[Work instruction]:
Search the data for the string "code" and gather each line it is in.

[[ Given data, beginning ]]

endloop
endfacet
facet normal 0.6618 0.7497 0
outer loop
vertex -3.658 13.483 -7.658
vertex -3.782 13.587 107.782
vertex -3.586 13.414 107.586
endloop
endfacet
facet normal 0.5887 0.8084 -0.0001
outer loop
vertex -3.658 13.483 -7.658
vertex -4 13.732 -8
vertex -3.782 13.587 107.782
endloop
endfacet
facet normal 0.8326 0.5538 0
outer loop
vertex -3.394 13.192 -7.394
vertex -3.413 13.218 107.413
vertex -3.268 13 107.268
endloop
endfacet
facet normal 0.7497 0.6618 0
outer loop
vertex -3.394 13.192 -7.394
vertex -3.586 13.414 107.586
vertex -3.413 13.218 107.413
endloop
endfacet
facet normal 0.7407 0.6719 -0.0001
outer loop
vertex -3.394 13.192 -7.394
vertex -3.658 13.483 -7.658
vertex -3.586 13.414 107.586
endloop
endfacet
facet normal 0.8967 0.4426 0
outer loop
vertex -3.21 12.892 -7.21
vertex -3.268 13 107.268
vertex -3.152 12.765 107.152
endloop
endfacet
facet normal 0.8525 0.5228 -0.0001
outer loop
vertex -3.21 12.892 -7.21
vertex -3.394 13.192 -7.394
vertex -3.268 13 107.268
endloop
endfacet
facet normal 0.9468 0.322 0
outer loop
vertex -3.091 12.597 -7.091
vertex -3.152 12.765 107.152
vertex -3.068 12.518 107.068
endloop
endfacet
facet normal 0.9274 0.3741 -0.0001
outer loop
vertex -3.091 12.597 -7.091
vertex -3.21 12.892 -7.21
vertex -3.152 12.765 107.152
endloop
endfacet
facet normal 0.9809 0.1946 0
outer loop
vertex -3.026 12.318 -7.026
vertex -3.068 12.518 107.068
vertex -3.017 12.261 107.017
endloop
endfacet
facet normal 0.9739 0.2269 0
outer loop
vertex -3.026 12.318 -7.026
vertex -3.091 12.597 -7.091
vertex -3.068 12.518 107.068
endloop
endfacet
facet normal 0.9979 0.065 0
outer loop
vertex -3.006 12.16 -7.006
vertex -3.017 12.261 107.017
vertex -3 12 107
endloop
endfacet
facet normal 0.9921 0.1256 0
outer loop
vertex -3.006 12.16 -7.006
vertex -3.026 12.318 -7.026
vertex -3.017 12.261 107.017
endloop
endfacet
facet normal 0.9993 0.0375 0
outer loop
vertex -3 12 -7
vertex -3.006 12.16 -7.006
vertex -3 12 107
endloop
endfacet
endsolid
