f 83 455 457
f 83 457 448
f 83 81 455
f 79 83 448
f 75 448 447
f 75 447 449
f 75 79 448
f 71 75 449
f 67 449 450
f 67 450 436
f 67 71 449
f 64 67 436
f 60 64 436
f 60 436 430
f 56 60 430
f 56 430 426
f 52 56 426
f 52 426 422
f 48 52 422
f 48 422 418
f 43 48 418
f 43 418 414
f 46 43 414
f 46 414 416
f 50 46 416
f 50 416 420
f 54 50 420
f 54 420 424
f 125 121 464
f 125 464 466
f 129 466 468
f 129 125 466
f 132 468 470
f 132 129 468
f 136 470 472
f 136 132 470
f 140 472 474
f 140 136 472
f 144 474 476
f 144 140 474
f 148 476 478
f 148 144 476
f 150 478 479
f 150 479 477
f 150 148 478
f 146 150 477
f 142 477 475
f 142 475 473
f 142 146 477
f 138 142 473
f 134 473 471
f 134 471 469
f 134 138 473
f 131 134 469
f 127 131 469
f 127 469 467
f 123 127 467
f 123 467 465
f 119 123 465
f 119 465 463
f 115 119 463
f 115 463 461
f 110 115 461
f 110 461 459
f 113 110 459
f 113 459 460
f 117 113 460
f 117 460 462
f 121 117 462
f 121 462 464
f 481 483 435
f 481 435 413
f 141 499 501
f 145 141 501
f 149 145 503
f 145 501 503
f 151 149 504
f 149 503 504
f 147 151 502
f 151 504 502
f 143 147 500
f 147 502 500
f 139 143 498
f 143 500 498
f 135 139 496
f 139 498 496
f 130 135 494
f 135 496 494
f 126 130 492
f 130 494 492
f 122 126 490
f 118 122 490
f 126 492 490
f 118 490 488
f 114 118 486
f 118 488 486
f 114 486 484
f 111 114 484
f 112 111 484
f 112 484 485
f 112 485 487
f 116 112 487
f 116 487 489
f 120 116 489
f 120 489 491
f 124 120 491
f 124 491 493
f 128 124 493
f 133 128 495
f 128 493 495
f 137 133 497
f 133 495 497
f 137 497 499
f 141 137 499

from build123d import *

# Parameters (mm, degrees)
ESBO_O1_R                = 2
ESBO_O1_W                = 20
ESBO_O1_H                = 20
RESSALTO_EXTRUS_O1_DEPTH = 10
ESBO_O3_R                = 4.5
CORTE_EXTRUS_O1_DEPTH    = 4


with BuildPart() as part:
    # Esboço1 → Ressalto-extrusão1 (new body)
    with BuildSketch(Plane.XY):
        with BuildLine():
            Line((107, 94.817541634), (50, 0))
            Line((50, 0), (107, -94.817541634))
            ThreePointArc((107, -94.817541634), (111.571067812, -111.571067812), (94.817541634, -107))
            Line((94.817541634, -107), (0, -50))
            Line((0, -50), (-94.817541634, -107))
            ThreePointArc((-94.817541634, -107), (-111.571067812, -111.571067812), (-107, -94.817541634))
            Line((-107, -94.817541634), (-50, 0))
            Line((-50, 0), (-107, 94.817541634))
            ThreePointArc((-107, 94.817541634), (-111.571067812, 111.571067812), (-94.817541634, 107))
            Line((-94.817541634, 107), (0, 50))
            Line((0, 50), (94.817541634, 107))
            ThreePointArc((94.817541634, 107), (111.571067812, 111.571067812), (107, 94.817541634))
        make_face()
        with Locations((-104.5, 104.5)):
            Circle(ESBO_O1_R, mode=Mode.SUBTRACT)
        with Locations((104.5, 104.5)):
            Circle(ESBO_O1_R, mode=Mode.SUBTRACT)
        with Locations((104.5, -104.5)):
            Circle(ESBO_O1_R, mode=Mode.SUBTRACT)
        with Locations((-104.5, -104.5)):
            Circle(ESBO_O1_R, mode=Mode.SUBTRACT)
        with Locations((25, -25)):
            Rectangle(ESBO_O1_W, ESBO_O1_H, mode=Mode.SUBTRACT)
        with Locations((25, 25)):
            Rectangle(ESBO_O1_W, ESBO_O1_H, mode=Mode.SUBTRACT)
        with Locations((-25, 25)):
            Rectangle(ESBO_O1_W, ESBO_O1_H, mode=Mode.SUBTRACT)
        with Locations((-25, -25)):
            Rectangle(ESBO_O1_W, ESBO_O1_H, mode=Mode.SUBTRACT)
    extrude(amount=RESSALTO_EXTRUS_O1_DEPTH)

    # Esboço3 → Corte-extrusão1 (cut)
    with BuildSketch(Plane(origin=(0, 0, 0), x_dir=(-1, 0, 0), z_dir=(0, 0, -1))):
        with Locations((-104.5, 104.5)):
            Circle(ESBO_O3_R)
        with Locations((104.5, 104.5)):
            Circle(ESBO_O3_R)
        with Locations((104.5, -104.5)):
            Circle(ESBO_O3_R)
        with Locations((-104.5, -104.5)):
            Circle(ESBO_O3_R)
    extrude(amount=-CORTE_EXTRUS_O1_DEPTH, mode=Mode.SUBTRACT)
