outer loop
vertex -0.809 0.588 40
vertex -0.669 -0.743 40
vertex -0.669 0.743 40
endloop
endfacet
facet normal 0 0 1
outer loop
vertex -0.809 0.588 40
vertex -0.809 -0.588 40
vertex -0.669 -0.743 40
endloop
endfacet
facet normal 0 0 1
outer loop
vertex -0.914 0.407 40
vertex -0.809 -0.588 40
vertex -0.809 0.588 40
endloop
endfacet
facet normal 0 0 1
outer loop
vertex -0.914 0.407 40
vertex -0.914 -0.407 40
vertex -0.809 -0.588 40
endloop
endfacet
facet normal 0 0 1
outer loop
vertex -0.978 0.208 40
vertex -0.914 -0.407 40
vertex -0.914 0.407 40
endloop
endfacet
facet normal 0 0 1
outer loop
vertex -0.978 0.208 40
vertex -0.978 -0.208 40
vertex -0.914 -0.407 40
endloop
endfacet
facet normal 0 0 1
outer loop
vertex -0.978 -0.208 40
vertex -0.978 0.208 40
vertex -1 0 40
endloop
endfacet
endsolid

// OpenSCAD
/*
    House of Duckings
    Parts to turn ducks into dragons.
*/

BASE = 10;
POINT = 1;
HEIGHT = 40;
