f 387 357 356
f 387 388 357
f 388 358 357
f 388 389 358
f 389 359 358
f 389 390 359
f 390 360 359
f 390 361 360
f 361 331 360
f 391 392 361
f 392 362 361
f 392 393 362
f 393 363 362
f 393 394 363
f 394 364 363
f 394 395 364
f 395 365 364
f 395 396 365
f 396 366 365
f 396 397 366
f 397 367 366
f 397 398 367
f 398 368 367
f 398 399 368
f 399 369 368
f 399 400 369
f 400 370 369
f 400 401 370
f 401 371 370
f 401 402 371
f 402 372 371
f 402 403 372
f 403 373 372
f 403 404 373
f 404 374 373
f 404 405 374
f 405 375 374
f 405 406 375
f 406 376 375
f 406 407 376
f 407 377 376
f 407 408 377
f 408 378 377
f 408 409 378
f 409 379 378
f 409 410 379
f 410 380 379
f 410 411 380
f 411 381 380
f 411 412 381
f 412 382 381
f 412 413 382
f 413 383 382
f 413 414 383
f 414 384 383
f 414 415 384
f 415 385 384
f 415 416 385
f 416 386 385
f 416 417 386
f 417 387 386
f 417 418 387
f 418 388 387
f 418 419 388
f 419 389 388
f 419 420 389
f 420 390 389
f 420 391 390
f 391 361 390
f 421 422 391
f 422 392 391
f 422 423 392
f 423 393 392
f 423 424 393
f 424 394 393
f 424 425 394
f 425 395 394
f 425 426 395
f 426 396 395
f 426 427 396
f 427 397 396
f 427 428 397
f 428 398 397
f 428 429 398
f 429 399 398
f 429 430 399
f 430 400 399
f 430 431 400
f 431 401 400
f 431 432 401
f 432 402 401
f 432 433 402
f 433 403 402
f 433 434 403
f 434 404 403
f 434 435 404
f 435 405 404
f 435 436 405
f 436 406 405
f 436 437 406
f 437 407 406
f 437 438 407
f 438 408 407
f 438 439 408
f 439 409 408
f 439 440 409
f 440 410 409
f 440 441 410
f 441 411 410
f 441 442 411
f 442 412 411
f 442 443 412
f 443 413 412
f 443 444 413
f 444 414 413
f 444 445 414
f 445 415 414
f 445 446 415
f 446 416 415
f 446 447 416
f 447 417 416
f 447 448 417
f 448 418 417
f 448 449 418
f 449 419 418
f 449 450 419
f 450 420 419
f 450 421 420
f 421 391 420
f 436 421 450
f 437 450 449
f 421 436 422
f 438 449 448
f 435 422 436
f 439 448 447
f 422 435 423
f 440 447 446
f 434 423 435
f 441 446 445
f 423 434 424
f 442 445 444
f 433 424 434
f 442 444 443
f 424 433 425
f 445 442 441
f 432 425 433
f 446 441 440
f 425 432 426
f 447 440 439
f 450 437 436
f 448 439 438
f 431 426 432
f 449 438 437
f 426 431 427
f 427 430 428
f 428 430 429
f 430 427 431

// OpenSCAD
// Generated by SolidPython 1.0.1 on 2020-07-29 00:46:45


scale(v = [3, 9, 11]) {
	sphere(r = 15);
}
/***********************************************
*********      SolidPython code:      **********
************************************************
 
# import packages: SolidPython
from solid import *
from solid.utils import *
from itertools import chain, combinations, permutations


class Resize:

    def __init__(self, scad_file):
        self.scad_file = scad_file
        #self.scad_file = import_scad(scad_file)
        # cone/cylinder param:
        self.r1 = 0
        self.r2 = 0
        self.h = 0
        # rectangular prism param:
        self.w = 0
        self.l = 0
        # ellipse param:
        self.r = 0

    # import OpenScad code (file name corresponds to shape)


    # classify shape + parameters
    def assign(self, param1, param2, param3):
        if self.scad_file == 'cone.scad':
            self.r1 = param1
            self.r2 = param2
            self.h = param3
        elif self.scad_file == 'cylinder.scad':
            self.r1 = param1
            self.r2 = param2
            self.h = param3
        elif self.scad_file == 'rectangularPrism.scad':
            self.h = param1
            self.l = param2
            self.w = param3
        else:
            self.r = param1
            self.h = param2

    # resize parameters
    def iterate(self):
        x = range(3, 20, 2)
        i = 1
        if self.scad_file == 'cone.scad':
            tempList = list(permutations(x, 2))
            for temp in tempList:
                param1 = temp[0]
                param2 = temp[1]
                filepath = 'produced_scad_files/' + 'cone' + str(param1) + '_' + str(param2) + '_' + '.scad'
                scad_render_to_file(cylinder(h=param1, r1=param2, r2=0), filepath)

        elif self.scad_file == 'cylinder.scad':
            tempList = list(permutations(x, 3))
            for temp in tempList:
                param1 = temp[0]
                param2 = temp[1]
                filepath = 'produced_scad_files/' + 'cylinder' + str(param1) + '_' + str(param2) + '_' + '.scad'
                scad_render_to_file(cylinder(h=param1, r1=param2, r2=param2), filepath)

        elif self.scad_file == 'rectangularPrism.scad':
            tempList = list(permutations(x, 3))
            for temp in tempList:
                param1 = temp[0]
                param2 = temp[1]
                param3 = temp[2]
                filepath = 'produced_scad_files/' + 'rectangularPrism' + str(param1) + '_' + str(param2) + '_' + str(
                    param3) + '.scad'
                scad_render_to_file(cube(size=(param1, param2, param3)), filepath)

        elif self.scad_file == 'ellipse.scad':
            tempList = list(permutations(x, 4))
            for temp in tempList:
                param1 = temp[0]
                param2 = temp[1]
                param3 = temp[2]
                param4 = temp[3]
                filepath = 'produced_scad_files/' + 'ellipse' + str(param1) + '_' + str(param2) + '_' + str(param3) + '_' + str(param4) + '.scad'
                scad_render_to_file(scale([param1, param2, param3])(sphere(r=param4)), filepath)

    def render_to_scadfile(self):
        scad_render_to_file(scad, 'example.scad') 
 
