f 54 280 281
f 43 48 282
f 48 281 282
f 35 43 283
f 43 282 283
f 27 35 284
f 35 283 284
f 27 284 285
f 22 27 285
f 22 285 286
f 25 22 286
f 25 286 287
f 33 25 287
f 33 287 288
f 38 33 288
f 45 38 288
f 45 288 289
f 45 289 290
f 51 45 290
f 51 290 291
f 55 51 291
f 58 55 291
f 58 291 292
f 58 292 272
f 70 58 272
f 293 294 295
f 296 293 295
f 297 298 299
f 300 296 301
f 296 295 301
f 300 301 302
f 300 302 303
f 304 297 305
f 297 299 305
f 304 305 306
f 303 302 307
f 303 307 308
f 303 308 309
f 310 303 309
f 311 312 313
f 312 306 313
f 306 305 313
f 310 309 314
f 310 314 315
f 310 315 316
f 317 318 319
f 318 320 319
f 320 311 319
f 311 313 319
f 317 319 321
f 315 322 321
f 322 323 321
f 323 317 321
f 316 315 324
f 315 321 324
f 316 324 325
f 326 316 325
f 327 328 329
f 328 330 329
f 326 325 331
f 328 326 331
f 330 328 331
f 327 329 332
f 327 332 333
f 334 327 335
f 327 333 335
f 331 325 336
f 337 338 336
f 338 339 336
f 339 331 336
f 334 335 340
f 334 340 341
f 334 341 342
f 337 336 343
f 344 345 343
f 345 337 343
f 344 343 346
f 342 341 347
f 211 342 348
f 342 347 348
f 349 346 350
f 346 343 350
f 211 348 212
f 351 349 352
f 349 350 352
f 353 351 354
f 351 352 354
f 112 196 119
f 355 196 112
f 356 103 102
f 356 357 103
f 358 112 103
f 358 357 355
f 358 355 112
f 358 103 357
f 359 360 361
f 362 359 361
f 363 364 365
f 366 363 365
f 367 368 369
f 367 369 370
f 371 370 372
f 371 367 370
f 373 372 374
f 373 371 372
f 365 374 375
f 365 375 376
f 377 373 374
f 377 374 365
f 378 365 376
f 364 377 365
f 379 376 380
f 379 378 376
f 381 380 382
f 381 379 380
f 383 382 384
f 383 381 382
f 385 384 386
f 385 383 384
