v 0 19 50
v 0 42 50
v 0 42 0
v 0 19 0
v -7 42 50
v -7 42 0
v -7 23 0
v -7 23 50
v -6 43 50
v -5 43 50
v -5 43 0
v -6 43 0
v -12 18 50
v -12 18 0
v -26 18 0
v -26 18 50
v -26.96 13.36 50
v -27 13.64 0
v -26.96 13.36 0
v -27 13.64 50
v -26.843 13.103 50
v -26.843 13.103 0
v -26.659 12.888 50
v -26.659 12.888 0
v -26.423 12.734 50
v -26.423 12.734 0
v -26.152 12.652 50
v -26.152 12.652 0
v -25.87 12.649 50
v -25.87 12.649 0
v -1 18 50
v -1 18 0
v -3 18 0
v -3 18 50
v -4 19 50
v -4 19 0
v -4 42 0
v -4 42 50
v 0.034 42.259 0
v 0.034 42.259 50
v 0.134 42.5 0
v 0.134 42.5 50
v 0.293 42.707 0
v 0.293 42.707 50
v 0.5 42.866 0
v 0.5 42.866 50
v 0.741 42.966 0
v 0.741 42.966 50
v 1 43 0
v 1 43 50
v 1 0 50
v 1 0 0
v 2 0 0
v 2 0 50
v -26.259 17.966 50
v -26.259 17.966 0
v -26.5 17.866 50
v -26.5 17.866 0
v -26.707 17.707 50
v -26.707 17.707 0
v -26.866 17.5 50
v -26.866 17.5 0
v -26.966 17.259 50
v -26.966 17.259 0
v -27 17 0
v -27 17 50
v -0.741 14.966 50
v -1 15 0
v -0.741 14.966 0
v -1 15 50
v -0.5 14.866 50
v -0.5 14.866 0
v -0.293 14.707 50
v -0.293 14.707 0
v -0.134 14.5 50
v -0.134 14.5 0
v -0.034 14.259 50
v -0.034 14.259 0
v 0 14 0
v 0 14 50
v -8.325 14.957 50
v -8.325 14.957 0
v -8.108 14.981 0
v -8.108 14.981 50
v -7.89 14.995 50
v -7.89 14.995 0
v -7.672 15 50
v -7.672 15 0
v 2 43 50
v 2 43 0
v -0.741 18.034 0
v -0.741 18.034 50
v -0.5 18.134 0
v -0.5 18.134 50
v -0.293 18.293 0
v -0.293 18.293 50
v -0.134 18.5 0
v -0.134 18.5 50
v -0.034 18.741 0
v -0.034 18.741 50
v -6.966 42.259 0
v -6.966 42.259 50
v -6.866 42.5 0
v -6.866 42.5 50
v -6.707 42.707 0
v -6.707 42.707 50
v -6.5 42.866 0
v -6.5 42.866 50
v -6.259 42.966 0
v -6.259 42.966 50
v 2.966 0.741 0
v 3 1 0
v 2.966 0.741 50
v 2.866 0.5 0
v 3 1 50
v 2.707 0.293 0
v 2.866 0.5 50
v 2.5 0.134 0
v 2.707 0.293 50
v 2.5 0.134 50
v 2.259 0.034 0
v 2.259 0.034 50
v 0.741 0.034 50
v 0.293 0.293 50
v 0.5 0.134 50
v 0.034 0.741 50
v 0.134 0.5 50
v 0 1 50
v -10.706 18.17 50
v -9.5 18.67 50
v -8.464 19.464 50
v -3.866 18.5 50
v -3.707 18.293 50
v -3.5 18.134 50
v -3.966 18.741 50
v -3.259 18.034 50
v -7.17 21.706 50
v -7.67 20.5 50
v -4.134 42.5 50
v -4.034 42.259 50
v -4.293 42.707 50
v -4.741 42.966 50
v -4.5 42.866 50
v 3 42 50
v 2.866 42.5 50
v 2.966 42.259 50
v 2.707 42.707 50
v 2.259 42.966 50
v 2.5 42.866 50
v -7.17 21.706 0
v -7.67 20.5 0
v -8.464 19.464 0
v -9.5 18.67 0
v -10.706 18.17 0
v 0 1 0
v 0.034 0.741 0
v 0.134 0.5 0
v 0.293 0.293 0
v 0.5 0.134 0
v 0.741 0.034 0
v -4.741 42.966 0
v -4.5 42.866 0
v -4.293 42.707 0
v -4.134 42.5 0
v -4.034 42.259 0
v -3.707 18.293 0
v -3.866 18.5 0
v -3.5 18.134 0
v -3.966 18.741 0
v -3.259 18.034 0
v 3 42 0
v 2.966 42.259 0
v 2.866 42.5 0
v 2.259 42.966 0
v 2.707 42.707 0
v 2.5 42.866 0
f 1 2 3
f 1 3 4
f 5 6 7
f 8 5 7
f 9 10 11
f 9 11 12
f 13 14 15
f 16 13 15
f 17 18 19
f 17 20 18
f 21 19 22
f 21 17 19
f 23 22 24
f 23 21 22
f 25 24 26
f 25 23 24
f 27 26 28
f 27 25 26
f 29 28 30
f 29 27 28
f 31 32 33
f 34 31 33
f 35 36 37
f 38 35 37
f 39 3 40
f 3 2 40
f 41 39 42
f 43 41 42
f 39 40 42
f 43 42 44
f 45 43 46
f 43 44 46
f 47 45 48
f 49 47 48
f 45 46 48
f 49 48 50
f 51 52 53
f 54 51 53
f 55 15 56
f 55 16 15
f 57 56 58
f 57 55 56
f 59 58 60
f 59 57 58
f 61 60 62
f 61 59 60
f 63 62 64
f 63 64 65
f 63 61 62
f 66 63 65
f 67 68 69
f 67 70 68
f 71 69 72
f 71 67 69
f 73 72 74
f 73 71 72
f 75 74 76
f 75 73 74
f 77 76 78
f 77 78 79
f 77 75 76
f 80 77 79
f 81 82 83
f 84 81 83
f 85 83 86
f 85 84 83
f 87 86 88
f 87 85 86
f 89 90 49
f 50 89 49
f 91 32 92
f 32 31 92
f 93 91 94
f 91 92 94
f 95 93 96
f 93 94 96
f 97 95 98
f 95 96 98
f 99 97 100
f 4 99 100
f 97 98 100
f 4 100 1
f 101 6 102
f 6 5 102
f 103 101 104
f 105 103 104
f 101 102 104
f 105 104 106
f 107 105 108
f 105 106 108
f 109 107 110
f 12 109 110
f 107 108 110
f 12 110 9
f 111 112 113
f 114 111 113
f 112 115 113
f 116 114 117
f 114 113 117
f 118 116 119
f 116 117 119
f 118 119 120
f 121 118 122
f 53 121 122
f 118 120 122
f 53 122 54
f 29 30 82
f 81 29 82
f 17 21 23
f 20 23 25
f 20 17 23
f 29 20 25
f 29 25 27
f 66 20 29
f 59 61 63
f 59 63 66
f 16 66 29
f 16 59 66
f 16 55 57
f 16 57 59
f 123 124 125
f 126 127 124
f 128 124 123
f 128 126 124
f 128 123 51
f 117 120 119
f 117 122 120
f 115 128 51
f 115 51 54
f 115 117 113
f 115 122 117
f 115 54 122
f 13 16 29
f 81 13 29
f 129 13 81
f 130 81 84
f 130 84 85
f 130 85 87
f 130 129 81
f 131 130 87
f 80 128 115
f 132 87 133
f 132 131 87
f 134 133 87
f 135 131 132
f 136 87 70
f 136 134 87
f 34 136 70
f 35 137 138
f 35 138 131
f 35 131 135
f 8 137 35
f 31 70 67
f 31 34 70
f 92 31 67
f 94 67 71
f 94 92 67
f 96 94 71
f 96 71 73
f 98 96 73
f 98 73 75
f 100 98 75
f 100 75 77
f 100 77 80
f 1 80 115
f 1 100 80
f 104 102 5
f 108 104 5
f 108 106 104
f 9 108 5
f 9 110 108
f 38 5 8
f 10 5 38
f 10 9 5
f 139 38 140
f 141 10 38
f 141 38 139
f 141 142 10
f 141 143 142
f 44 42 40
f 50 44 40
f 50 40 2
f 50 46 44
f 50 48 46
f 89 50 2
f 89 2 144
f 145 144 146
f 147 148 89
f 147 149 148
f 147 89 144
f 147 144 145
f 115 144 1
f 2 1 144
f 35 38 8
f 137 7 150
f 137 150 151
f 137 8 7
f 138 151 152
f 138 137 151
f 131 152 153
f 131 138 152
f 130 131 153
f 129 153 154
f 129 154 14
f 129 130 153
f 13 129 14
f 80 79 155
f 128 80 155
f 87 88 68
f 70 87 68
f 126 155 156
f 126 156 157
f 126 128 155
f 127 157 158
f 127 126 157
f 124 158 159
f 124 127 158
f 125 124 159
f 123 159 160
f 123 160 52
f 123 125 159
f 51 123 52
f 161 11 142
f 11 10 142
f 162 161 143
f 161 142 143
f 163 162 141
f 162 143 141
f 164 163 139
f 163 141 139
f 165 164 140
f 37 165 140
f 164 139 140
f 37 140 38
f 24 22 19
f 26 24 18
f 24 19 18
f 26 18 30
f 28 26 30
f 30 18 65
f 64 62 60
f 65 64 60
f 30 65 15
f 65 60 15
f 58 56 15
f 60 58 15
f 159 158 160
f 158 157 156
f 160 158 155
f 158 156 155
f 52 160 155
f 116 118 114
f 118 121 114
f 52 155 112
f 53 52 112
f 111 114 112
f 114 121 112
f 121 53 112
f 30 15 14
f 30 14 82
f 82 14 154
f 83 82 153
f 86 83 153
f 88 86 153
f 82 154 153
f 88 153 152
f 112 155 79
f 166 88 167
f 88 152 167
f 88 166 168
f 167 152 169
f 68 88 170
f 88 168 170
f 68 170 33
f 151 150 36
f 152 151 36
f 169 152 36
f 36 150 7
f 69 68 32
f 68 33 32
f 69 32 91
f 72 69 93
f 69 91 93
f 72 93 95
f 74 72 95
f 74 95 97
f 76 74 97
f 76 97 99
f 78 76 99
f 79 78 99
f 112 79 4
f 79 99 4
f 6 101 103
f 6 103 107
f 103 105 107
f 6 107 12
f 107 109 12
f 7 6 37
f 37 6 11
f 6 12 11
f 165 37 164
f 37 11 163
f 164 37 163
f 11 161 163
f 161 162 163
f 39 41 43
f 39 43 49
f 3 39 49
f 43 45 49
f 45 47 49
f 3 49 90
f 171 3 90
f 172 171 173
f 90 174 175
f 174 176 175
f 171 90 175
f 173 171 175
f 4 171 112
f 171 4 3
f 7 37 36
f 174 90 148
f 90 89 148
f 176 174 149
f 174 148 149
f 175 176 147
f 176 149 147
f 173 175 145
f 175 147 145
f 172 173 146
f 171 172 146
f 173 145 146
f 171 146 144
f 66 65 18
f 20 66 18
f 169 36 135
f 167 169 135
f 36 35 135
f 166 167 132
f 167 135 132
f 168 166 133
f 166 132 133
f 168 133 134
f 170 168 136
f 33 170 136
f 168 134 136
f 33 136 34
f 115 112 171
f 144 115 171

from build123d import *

# Parameters (mm, degrees)
F1_DEPTH = 50
F2_R     = 5
F3_R     = 1


with BuildPart() as f1:
    # F0 (on Top) → F1 (new body)
    with BuildSketch(Plane.XY):
        Polygon((0, 15), (0, 0), (3, 0), (3, 43), (0, 43), (0, 18), (-4, 18), (-4, 43), (-7, 43), (-7, 18), (-27, 18), (-27, 15), (-8, 15), align=None)
        Polygon((-27, 12.5), (-8, 15), (-27, 15), align=None)
    extrude(amount=F1_DEPTH)

    # F2
    f2_edges = [f1.edges().sort_by_distance(p)[0] for p in [
        (-8, 15, 25),
        (-7, 18, 25),
    ]]
    fillet(f2_edges, radius=F2_R)

    # F3
    f3_edges = [f1.edges().sort_by_distance(p)[0] for p in [
        (-7, 43, 25),
        (-4, 43, 25),
        (0, 43, 25),
        (3, 43, 25),
        (0, 0, 25),
        (3, 0, 25),
        (0, 15, 25),
        (-4, 18, 25),
        (0, 18, 25),
        (-27, 12.5, 25),
        (-27, 18, 25),
    ]]
    fillet(f3_edges, radius=F3_R)


solid = f1.part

[[ Given data, end ]]

[Result]:
*********      SolidPython code:      **********
    # import OpenScad code (file name corresponds to shape)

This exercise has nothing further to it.